NAGS HEAD, N.C. (WAVY) — For years Cathy and Michael Zito spent every summer in the Outer Banks with their children.
They loved the area so much they bought an oceanfront property in Nags Head in 2008. The next eight years were filled with summer vacations and weekend getaways at the beach house.
Then in 2016, the Zitos’ phone rang at 2 a.m. Cathy Zito answered, and on the other line was the Nags Head Fire Chief, who told them their beloved home had gone up in flames. There was nothing left.
An investigation by the fire department ruled the cause as “inconclusive.”
The fire happened during the tail end of Hurricane Matthew. Power on the Outer Banks had been out for days.
The call about the fire at the Zitos’ property came just minutes after power had been restored to the area.
The next morning the Zitos’ nephew went to check on the damage.
“He had been at the house the day before telling me everything was OK,” Cathy explained. “He couldn’t believe it and he went over there that morning and took some pictures. One of the photos shows the sunrise over the ocean with just our house completely burned down.”
Fires are devastating, but homes can be rebuilt, can’t they?
The Zitos were shocked to find out the answer was no. This kicked off a two-year-long legal battle the couple is still fighting.
“We said we want to build the exact same house in the exact same spot,” said Cathy Zito. “We’re not going to change anything. We don’t want to add up, we don’t want to add size.”
After the fire, the Zito’s, of Maryland, applied for a building permit.
The local government denied the permit because the land is now part of what’s called an Ocean Hazard Area of Environmental Concern or an AEC.
According to the Coastal Resources Commission, this area of Nags Head is subject to rules around the line of vegetation following a large beach re-nourishment project in 2011. This zone was established after they bought the property in 2008.
Hazard areas include places like beaches, which are subject to excessive erosion and flood damage.
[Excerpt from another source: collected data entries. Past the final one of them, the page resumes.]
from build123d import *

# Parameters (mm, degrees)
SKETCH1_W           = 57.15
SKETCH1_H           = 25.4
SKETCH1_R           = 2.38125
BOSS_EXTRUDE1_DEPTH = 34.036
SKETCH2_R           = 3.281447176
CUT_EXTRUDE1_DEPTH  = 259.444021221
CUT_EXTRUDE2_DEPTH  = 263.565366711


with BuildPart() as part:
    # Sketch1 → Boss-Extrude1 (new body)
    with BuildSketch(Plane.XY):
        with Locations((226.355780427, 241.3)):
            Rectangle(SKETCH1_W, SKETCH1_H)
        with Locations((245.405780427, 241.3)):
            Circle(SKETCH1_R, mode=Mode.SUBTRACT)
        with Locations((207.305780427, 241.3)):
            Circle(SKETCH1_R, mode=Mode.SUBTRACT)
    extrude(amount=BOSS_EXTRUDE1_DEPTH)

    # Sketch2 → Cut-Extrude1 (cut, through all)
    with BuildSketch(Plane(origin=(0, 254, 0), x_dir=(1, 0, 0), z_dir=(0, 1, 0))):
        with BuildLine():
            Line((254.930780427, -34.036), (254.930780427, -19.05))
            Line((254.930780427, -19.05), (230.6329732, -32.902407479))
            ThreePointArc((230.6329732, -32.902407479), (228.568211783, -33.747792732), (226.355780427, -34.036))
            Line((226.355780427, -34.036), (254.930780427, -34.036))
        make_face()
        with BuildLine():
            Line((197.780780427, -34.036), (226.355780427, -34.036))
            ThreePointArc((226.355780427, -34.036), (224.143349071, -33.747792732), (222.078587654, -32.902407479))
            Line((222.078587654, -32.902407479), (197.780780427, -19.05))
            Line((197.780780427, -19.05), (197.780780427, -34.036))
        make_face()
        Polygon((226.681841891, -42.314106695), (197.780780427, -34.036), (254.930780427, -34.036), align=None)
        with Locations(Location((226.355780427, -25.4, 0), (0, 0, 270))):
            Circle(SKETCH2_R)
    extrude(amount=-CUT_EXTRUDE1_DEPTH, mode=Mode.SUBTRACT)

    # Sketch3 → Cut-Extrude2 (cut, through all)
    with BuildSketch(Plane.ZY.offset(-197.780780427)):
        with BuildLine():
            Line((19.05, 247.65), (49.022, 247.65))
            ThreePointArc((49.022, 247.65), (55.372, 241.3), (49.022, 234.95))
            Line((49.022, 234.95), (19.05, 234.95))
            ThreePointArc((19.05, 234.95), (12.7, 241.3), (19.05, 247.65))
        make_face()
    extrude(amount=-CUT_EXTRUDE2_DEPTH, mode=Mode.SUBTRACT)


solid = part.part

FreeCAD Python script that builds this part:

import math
import FreeCAD as App
import Part
import Sketcher

V = App.Vector
Q = App.Units.Quantity


def add_polygon(sketch, points):
    """Adds a closed chain of lines whose ends are joined by coincident constraints."""
    first, n = sketch.GeometryCount, len(points)
    for a, b in zip(points, points[1:] + points[:1]):
        sketch.addGeometry(Part.LineSegment(App.Vector(*a, 0), App.Vector(*b, 0)), False)
    for i in range(n):
        sketch.addConstraint(Sketcher.Constraint("Coincident", first + i, 2, first + (i + 1) % n, 1))

doc = App.newDocument("Part")
body = doc.addObject("PartDesign::Body", "Body")

# Sketch on XY plane
sketch1 = body.newObject("Sketcher::SketchObject", "Sketch")
sketch1.AttachmentSupport = (doc.getObject("XY_Plane"), [""])
sketch1.MapMode = "FlatFace"
add_polygon(sketch1, [(197.8, 254), (197.8, 228.6), (254.9, 228.6), (254.9, 254)])  # lines 0-3
sketch1.addGeometry(Part.Circle(V(207.3, 241.3, 0), V(0, 0, 1), 2.4), False)  # 4
sketch1.addGeometry(Part.Circle(V(245.4, 241.3, 0), V(0, 0, 1), 2.4), False)  # 5
sketch1.addConstraint(Sketcher.Constraint("Vertical", 0))
sketch1.addConstraint(Sketcher.Constraint("Horizontal", 1))
sketch1.addConstraint(Sketcher.Constraint("Vertical", 2))
sketch1.addConstraint(Sketcher.Constraint("Horizontal", 3))
sketch1.addConstraint(Sketcher.Constraint("Equal", 4, 5))
sketch1.addConstraint(Sketcher.Constraint("Horizontal", 4, 3, 5, 3))
sketch1.addConstraint(Sketcher.Constraint("DistanceY", 0, 2, 0, 1, Q("1 in")))
sketch1.addConstraint(Sketcher.Constraint("Diameter", 4, Q("0.1875 in")))
sketch1.addConstraint(Sketcher.Constraint("DistanceY", -1, 1, 0, 2, Q("9 in")))
sketch1.addConstraint(Sketcher.Constraint("DistanceX", 1, 1, 1, 2, Q("2.25 in")))
sketch1.addConstraint(Sketcher.Constraint("DistanceY", -1, 1, 4, 3, Q("9.5 in")))
sketch1.addConstraint(Sketcher.Constraint("DistanceX", 4, 3, 5, 3, Q("1.5 in")))
sketch1.addConstraint(Sketcher.Constraint("DistanceX", 0, 2, 4, 3, Q("0.375 in")))
sketch1.addConstraint(Sketcher.Constraint("DistanceX", -1, 1, 4, 3, 207.30578))
pad1 = body.newObject("PartDesign::Pad", "Pad")
pad1.Profile = sketch1
pad1.Length = Q("1.34 in")

# Sketch on XZ plane
sketch2 = body.newObject("Sketcher::SketchObject", "Sketch001")
sketch2.AttachmentSupport = (doc.getObject("XZ_Plane"), [""])
sketch2.MapMode = "FlatFace"
sketch2.AttachmentOffset = App.Placement(V(0, 0, -10 * 25.4), App.Rotation())
sketch2.addGeometry(Part.LineSegment(V(254.9, 34, 0), V(254.9, 19.1, 0)), False)
sketch2.addGeometry(Part.LineSegment(V(254.9, 19.1, 0), V(230.6, 32.9, 0)), False)
sketch2.addGeometry(Part.ArcOfCircle(Part.Circle(V(226.4, 25.4, 0), V(0, 0, 1), 8.6), math.radians(60), math.radians(90)), False)
sketch2.addGeometry(Part.ArcOfCircle(Part.Circle(V(226.4, 25.4, 0), V(0, 0, 1), 8.6), math.radians(90), math.radians(120)), False)
sketch2.addGeometry(Part.LineSegment(V(222.1, 32.9, 0), V(197.8, 19.1, 0)), False)
sketch2.addGeometry(Part.LineSegment(V(197.8, 19.1, 0), V(197.8, 34, 0)), False)
sketch2.addGeometry(Part.LineSegment(V(197.8, 34, 0), V(226.7, 42.3, 0)), False)
sketch2.addGeometry(Part.LineSegment(V(226.7, 42.3, 0), V(254.9, 34, 0)), False)
sketch2.addGeometry(Part.Circle(V(226.4, 25.4, 0), V(0, 0, 1), 3.3), False)
sketch2.addConstraint(Sketcher.Constraint("Coincident", 0, 2, 1, 1))
sketch2.addConstraint(Sketcher.Constraint("Tangent", 1, 2, 2, 1))
sketch2.addConstraint(Sketcher.Constraint("Tangent", 2, 2, 3, 1))
sketch2.addConstraint(Sketcher.Constraint("Tangent", 3, 2, 4, 1))
sketch2.addConstraint(Sketcher.Constraint("Coincident", 4, 2, 5, 1))
sketch2.addConstraint(Sketcher.Constraint("Coincident", 5, 2, 6, 1))
sketch2.addConstraint(Sketcher.Constraint("Coincident", 6, 2, 7, 1))
sketch2.addConstraint(Sketcher.Constraint("Coincident", 7, 2, 0, 1))
sketch2.addConstraint(Sketcher.Constraint("Vertical", 0))
sketch2.addConstraint(Sketcher.Constraint("Vertical", 5))
sketch2.addConstraint(Sketcher.Constraint("Coincident", 8, 3, 2, 3))
sketch2.addConstraint(Sketcher.Constraint("Equal", 2, 3))
sketch2.addConstraint(Sketcher.Constraint("Horizontal", 1, 2, 3, 2))
sketch2.addConstraint(Sketcher.Constraint("Horizontal", 0, 2, 4, 2))
sketch2.addConstraint(Sketcher.Constraint("Horizontal", 2, 2, 5, 2))
sketch2.addConstraint(Sketcher.Constraint("Horizontal", 5, 2, 7, 2))
sketch2.addConstraint(Sketcher.Constraint("Vertical", 8, 3, 2, 2))
sketch2.addConstraint(Sketcher.Constraint("Radius", 2, Q("0.34 in")))
sketch2.addConstraint(Sketcher.Constraint("DistanceY", -1, 1, 2, 3, Q("1 in")))
sketch2.addConstraint(Sketcher.Constraint("DistanceY", 0, 2, 0, 1, Q("0.59 in")))
sketch2.addConstraint(Sketcher.Constraint("DistanceX", 2, 3, 0, 2, Q("1.125 in")))
sketch2.addConstraint(Sketcher.Constraint("Diameter", 8, 6.562894))
sketch2.addConstraint(Sketcher.Constraint("DistanceY", 1, 2, 6, 2, 9.411699))
sketch2.addConstraint(Sketcher.Constraint("Distance", 6, 30.06324))
sketch2.addConstraint(Sketcher.Constraint("DistanceX", -1, 1, 2, 3, 226.35578))
pocket1 = body.newObject("PartDesign::Pocket", "Pocket")
pocket1.Profile = sketch2
pocket1.Type = "ThroughAll"
pocket1.Reversed = True

# Sketch on YZ plane
sketch3 = body.newObject("Sketcher::SketchObject", "Sketch002")
sketch3.AttachmentSupport = (doc.getObject("YZ_Plane"), [""])
sketch3.MapMode = "FlatFace"
sketch3.AttachmentOffset = App.Placement(V(0, 0, 197.78078), App.Rotation())
sketch3.addGeometry(Part.LineSegment(V(248, 49, 0), V(248, 19, 0)), False)
sketch3.addGeometry(Part.ArcOfCircle(Part.Circle(V(241, 19, 0), V(0, 0, 1), 6), math.radians(180), math.radians(360)), False)
sketch3.addGeometry(Part.LineSegment(V(235, 19, 0), V(235, 49, 0)), False)
sketch3.addGeometry(Part.ArcOfCircle(Part.Circle(V(241, 49, 0), V(0, 0, 1), 6), math.radians(0), math.radians(180)), False)
sketch3.addConstraint(Sketcher.Constraint("Tangent", 0, 2, 1, 2))
sketch3.addConstraint(Sketcher.Constraint("Tangent", 1, 1, 2, 1))
sketch3.addConstraint(Sketcher.Constraint("Tangent", 2, 2, 3, 2))
sketch3.addConstraint(Sketcher.Constraint("Tangent", 3, 1, 0, 1))
sketch3.addConstraint(Sketcher.Constraint("Vertical", 0))
sketch3.addConstraint(Sketcher.Constraint("Vertical", 2))
sketch3.addConstraint(Sketcher.Constraint("Radius", 1, Q("0.25 in")))
sketch3.addConstraint(Sketcher.Constraint("DistanceY", 0, 2, 0, 1, Q("1.18 in")))
sketch3.addConstraint(Sketcher.Constraint("DistanceX", -1, 1, 1, 3, Q("9.5 in")))
sketch3.addConstraint(Sketcher.Constraint("DistanceY", -1, 1, 1, 3, Q("0.75 in")))
pocket2 = body.newObject("PartDesign::Pocket", "Pocket001")
pocket2.Profile = sketch3
pocket2.Type = "ThroughAll"
pocket2.Reversed = True

doc.recompute()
The rules state new construction must be 180 feet back from the vegetation line. The Zitos lot sits 12 feet from the line.
The Zitos aren’t a special case, if any of their neighbors’ houses are destroyed, they can’t rebuild either.
Not being able to build there, rebuild there, would have never ever crossed my mind,” said Michael Zito. “It makes no common sense to me.”
The Pacific Legal Foundation has now taken on the Zitos’ case pro-bono.
“This is a classic example of government overreach in an instance where we hope that the government will do the right thing,” said Glenn Roper, a lawyer with PLF.
The legal team helped the Zitos file a federal lawsuit. The PLF lawyers argue if the government tells the Zitos they can’t rebuild, the government must compensate them, citing the 5th amendment, which states no one shall, ” … be deprived of life, liberty, or property, without due process of law; nor shall private property be taken for public use, without just compensation.”
The Zito family hasn’t been back to the Outer Banks since the fire. They say it’s too painful.
Although they still pay the mortgage and property taxes on a home they can’t rebuild.